Client intake and triage. AI-powered intake systems can gather information from prospective clients, identify the relevant legal issues, assess urgency, and route matters to the appropriate attorney - all before the first attorney-client conversation. This reduces the administrative burden on small firms and improves the quality of the initial consultation.

What AI Cannot Do

Being honest about AI's limitations is as important as understanding its capabilities.

AI cannot exercise legal judgment. The law is not a lookup table. Legal analysis requires understanding not just what the rule says, but how courts have applied it, what the trends are, what arguments the opposing side will make, and how all of that applies to the specific facts of your situation. AI can surface relevant information; it cannot apply strategic judgment to that information.

AI can be confidently wrong. Large language models can generate citations to cases that don't exist, describe holdings incorrectly, and produce analysis that sounds authoritative but is factually wrong. This has already produced documented cases of attorneys filing briefs with hallucinated citations - a professional responsibility violation with real consequences. Every AI output in a legal context must be verified by a competent attorney.

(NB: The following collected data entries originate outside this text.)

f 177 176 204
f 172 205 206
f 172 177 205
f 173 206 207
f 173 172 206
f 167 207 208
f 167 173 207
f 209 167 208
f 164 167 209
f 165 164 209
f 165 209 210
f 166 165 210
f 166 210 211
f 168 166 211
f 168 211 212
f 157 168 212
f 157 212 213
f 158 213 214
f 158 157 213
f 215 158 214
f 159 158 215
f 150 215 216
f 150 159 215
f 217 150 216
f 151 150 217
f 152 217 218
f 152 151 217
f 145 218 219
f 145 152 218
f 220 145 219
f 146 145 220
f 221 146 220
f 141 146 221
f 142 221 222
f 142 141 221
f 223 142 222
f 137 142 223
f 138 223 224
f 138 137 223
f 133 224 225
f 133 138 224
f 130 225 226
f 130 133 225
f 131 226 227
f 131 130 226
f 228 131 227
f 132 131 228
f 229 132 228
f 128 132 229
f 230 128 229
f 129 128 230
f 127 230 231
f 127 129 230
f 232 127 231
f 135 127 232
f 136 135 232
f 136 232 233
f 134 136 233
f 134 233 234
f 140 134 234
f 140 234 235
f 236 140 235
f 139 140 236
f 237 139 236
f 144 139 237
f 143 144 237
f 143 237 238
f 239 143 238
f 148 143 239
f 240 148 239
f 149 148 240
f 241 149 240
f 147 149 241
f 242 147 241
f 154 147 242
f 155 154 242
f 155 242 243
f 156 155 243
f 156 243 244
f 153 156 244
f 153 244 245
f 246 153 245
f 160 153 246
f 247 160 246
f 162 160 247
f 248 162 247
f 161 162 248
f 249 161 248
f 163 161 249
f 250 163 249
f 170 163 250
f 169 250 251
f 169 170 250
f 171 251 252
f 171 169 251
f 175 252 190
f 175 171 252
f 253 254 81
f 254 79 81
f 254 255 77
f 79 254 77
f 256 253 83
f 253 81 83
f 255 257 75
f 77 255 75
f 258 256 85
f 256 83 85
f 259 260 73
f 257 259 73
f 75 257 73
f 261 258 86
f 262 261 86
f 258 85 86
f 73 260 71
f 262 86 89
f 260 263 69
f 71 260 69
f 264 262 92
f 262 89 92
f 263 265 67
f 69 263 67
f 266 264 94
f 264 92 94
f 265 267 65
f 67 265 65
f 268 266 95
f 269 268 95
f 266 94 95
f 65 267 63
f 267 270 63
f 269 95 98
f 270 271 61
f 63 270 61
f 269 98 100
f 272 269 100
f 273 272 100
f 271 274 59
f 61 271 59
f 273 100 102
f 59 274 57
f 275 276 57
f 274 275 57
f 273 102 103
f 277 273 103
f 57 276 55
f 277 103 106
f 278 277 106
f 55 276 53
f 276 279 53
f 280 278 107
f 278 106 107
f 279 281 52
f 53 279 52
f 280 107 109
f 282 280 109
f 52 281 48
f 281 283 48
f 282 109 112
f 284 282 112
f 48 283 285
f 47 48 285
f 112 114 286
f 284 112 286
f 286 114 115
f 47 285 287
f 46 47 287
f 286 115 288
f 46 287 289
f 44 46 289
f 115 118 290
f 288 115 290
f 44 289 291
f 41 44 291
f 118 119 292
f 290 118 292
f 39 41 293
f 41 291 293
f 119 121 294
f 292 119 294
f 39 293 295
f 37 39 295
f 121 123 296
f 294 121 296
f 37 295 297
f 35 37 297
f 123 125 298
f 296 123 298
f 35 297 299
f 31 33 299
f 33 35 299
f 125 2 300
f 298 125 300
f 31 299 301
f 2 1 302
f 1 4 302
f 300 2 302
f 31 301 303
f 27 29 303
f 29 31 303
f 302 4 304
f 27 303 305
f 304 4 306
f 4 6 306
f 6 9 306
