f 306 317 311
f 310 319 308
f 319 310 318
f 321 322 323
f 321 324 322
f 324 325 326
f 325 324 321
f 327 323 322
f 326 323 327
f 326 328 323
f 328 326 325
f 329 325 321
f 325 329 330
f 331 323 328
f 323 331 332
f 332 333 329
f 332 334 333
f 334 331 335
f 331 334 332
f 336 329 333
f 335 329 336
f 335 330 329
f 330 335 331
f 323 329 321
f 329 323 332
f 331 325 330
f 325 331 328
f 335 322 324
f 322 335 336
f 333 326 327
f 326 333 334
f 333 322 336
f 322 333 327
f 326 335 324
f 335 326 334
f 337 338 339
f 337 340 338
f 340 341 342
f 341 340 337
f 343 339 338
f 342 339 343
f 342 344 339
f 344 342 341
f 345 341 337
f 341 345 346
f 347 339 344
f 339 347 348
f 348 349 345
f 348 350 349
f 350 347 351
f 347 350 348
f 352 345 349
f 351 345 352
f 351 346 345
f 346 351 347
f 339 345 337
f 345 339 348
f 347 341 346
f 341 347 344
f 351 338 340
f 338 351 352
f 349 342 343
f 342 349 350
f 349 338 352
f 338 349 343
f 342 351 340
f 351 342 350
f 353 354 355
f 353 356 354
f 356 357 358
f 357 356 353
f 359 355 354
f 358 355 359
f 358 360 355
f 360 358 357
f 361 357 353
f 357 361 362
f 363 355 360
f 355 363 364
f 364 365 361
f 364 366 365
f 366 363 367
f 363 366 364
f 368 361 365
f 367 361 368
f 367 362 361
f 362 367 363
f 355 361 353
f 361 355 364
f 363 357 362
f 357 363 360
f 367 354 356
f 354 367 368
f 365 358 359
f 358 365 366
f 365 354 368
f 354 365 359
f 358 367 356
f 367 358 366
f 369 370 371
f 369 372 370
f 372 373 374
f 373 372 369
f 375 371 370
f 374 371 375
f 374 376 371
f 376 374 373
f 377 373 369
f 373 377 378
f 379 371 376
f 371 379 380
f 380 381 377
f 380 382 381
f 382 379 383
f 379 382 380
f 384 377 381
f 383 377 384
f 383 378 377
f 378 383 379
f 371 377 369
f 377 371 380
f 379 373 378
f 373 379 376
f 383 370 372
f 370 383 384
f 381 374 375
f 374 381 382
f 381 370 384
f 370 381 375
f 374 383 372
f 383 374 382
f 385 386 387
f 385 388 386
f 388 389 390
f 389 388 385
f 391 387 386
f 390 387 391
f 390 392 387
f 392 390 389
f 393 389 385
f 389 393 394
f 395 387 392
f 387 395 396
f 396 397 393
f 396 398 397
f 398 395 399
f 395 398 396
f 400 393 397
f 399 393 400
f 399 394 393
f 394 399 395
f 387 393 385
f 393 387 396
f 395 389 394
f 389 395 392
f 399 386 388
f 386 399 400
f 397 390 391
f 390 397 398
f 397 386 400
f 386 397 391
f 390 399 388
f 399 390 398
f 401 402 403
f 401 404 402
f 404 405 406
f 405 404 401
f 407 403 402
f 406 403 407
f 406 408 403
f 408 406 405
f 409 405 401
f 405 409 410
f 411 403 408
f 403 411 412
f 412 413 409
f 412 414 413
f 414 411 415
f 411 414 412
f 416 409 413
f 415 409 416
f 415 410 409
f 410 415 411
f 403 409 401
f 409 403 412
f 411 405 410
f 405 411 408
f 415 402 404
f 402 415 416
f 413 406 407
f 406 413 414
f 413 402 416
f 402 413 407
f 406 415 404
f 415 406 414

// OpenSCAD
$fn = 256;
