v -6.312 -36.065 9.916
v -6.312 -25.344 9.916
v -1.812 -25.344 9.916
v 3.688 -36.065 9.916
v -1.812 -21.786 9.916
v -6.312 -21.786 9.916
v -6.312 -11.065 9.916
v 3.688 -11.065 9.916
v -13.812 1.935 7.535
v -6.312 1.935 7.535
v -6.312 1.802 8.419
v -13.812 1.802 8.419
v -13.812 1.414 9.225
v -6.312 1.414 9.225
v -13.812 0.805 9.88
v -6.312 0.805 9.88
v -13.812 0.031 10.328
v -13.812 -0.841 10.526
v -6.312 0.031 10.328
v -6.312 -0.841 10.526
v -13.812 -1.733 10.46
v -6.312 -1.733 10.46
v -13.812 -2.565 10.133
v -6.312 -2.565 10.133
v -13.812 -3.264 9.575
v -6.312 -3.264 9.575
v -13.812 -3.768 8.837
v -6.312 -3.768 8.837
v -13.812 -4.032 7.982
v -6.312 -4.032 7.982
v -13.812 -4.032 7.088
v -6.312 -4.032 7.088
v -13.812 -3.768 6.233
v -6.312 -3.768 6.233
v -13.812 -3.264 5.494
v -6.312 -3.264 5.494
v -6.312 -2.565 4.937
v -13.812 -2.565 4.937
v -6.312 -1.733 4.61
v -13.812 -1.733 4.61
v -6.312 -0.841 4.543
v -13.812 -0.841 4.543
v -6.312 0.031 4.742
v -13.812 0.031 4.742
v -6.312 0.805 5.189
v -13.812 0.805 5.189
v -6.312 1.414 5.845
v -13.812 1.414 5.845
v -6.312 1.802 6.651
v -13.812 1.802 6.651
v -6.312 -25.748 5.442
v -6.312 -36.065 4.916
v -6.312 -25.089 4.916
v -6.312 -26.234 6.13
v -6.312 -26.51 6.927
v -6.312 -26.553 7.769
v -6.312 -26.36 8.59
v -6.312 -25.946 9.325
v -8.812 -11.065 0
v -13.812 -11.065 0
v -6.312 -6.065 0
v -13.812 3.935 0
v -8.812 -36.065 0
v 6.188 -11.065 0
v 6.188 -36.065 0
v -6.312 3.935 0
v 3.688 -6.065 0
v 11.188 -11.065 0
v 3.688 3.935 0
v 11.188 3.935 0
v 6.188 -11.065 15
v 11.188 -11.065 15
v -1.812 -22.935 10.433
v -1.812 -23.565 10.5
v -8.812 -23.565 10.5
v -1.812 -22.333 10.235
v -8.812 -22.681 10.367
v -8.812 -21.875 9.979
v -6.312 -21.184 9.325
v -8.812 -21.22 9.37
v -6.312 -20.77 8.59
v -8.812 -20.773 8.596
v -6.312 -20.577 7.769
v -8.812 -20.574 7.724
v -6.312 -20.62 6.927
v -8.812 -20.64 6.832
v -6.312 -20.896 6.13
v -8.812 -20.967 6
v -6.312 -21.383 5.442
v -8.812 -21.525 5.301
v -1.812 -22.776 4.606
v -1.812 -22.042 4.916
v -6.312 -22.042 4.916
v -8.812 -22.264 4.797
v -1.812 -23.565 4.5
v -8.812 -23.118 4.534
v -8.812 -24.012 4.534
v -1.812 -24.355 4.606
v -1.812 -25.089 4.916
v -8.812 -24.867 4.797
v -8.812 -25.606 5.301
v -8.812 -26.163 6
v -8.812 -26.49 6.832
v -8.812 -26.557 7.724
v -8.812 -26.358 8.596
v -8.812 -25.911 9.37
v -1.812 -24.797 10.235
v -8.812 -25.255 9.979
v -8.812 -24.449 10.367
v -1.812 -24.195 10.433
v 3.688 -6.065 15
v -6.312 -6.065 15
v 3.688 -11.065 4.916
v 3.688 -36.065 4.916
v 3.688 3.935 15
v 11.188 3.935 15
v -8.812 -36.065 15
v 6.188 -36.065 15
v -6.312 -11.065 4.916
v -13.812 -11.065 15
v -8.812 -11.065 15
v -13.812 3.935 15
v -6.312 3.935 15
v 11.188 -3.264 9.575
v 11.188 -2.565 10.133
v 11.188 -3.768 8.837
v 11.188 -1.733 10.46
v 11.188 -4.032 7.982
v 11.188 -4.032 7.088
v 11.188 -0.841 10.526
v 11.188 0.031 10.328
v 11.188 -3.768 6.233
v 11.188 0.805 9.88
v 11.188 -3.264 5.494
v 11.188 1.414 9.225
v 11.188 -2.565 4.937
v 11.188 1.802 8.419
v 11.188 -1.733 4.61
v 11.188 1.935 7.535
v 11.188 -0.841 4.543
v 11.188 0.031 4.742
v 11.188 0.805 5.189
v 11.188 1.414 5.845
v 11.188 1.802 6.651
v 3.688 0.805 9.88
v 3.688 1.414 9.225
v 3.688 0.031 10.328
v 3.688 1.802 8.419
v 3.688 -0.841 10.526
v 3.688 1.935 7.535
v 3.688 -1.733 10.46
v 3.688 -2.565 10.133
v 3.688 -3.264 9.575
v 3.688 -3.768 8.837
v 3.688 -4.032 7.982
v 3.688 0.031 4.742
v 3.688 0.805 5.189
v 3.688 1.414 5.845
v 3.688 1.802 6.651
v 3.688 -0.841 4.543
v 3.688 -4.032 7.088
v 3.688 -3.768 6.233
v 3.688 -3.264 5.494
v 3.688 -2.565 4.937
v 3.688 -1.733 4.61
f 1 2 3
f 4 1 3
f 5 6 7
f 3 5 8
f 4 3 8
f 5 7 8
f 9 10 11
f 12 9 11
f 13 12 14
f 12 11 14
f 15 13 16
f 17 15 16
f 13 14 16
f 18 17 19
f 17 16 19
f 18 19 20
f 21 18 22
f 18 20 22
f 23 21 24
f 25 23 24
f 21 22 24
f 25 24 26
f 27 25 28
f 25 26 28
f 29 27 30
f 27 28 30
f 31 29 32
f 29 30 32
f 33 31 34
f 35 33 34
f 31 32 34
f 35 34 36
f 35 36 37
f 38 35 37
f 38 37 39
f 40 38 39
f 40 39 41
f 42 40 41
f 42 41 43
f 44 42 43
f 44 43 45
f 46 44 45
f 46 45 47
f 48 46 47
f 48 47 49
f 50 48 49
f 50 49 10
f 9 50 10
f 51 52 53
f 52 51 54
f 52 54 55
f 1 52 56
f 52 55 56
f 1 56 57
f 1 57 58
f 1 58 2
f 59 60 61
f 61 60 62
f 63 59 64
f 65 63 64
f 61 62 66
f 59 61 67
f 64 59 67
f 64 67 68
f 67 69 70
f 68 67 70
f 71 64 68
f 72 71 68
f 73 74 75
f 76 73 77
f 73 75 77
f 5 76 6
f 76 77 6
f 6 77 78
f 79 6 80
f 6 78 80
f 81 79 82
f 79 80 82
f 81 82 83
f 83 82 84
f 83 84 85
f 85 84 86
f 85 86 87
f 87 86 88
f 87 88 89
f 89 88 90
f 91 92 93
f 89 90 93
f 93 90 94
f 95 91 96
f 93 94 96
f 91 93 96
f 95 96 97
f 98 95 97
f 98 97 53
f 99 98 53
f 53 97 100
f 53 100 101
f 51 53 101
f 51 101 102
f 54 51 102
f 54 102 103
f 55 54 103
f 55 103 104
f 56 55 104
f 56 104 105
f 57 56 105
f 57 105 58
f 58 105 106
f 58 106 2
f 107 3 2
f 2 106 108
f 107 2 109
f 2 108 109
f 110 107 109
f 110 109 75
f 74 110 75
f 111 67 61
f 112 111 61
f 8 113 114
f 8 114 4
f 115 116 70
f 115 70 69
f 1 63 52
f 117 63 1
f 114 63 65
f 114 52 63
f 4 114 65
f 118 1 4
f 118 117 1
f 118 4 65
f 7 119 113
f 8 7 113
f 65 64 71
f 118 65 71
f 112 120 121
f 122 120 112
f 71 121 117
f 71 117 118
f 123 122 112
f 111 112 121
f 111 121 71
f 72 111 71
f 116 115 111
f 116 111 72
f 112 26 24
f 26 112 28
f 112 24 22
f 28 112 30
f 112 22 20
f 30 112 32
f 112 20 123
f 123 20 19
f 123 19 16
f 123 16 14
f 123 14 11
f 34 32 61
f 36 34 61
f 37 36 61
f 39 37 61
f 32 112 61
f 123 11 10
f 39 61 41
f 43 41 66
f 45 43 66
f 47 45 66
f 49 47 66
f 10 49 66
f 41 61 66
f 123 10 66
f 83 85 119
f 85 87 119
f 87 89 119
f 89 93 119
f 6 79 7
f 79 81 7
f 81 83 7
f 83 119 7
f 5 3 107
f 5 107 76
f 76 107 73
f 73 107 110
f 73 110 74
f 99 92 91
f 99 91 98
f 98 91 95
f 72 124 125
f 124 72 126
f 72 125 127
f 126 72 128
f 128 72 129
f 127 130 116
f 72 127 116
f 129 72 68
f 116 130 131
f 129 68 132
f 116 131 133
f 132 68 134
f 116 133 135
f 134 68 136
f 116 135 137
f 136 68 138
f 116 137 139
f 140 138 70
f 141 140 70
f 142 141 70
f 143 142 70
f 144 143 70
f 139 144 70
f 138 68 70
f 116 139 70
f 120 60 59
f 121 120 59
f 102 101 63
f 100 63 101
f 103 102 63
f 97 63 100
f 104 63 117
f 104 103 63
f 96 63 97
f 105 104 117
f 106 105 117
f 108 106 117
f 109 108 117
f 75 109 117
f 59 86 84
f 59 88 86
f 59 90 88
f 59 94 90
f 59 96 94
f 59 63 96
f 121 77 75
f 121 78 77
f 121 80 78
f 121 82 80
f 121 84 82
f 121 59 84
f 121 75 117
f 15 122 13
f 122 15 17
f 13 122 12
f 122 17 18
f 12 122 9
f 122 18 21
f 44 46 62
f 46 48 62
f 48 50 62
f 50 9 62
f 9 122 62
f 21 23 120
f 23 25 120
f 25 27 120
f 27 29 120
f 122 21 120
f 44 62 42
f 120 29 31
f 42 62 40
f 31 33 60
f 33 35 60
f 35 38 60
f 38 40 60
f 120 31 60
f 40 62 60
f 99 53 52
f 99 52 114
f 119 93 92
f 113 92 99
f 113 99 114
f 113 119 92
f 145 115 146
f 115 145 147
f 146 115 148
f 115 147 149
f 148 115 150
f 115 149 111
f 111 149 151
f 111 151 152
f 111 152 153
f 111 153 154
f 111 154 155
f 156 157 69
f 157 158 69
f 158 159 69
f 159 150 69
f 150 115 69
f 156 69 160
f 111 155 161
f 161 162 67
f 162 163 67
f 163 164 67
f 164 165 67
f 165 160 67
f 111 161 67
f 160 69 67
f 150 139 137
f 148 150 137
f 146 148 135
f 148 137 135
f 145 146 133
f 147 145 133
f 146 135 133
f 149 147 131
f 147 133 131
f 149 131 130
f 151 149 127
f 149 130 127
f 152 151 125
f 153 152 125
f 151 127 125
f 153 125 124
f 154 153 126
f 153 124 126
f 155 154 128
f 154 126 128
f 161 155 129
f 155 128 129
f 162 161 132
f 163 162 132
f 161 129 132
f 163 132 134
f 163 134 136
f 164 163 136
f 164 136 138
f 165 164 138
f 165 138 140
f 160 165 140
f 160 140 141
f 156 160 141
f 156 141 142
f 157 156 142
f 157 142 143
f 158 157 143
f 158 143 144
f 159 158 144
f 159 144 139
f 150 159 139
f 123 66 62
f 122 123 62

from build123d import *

# Parameters (mm, degrees)
BOSS_EXTRUDE1_DEPTH = 15
SKETCH2_R           = 3
CUT_EXTRUDE1_DEPTH  = 35
SKETCH3_W           = 15
SKETCH3_H           = 15
SKETCH3_W_2         = 10
SKETCH3_H_2         = 5
BOSS_EXTRUDE2_DEPTH = 25
SKETCH5_R           = 3
CUT_EXTRUDE3_DEPTH  = 7


with BuildPart() as part:
    # Sketch1 → Boss-Extrude1 (new body)
    with BuildSketch(Plane.XY):
        Polygon((3.687581296, 3.934802907), (3.687581296, -6.065197093), (-6.312418704, -6.065197093), (-6.312418704, 3.934802907), (-13.812418704, 3.934802907), (-13.812418704, -11.065197093), (11.187581296, -11.065197093), (11.187581296, 3.934802907), align=None)
    extrude(amount=BOSS_EXTRUDE1_DEPTH)

    # Sketch2 → Cut-Extrude1 (cut)
    with BuildSketch(Plane(origin=(11.187581296, 0, 0), x_dir=(0, 0, -1), z_dir=(1, 0, 0))):
        with Locations(Location((-7.534884308, -1.065197093, 0), (0, 0, 90))):
            Circle(SKETCH2_R)
    extrude(amount=-CUT_EXTRUDE1_DEPTH, mode=Mode.SUBTRACT)

    # Sketch3 → Boss-Extrude2 (add)
    with BuildSketch(Plane.XZ.offset(11.065197093)):
        with Locations((-1.312418704, 7.5)):
            Rectangle(SKETCH3_W, SKETCH3_H)
        with Locations((-1.312418704, 7.415567581)):
            Rectangle(SKETCH3_W_2, SKETCH3_H_2, mode=Mode.SUBTRACT)
    extrude(amount=BOSS_EXTRUDE2_DEPTH)

    # Sketch5 → Cut-Extrude3 (cut)
    with BuildSketch(Plane.ZY.offset(8.812418704)):
        with Locations((7.5, -23.565197093)):
            Circle(SKETCH5_R)
    extrude(amount=-CUT_EXTRUDE3_DEPTH, mode=Mode.SUBTRACT)


solid = part.part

AI cannot form an attorney-client relationship or provide legal advice. Tools that provide legal information - including AI tools embedded in law firm websites, legal research platforms, and consumer apps - are not providing legal advice in the professional sense. Legal advice is a specific, protected activity that requires a licensed attorney and carries obligations that AI cannot fulfill.

AI cannot understand your life. Estate planning, personal injury representation, business counsel - these areas of law are deeply human. They involve your family, your finances, your health, and your future. An AI can help organize that information and identify relevant legal issues. It cannot make the nuanced judgments about what matters most to you, what risks you should take, and what outcomes you actually want.

How We Use AI at The Berhe Law Firm, APC

We use AI tools at multiple points in our workflow, and I think it's important to be transparent about how.

Our intake process - through an AI assistant we call Harlan - uses a conversational AI to gather initial information from prospective clients, identify the relevant practice area, and help me prepare for the initial consultation. Harlan asks questions, takes notes, and provides me with a structured summary before I speak with you. This means our first conversation can be substantive rather than administrative.

We use AI for document review in contract engagements - identifying potentially problematic clauses, flagging deviations from standard commercial terms, and summarizing complex documents. Every AI output is reviewed by me before it informs any advice I give to a client.

We use AI for legal research assistance, cross-referencing AI-generated results against primary legal databases to verify accuracy. We do not cite cases we have not independently verified.

What This Means for You

If you're working with a law firm that has thoughtfully integrated AI into its practice, you should expect: faster turnaround, more thorough analysis, lower costs (because AI handles tasks that previously required billable hours), and better-prepared attorneys in your initial meetings.

What you should not expect is that AI has replaced attorney judgment, eliminated the need for verification, or made legal advice a commodity that can be automated. The attorney-client relationship remains the foundation of what we do.

ABA Formal Opinion 512 (2024) addresses the use of generative AI in legal practice and provides guidance on the competency, confidentiality, communication, and billing obligations that govern AI use in legal work. At The Berhe Law Firm, APC, our AI practices are designed to be compliant with that opinion and with the California State Bar's evolving guidance on the subject.

If you have questions about how we use technology in your matter, I'm happy to explain. Transparency about these tools is part of how we maintain the trust that legal representation requires.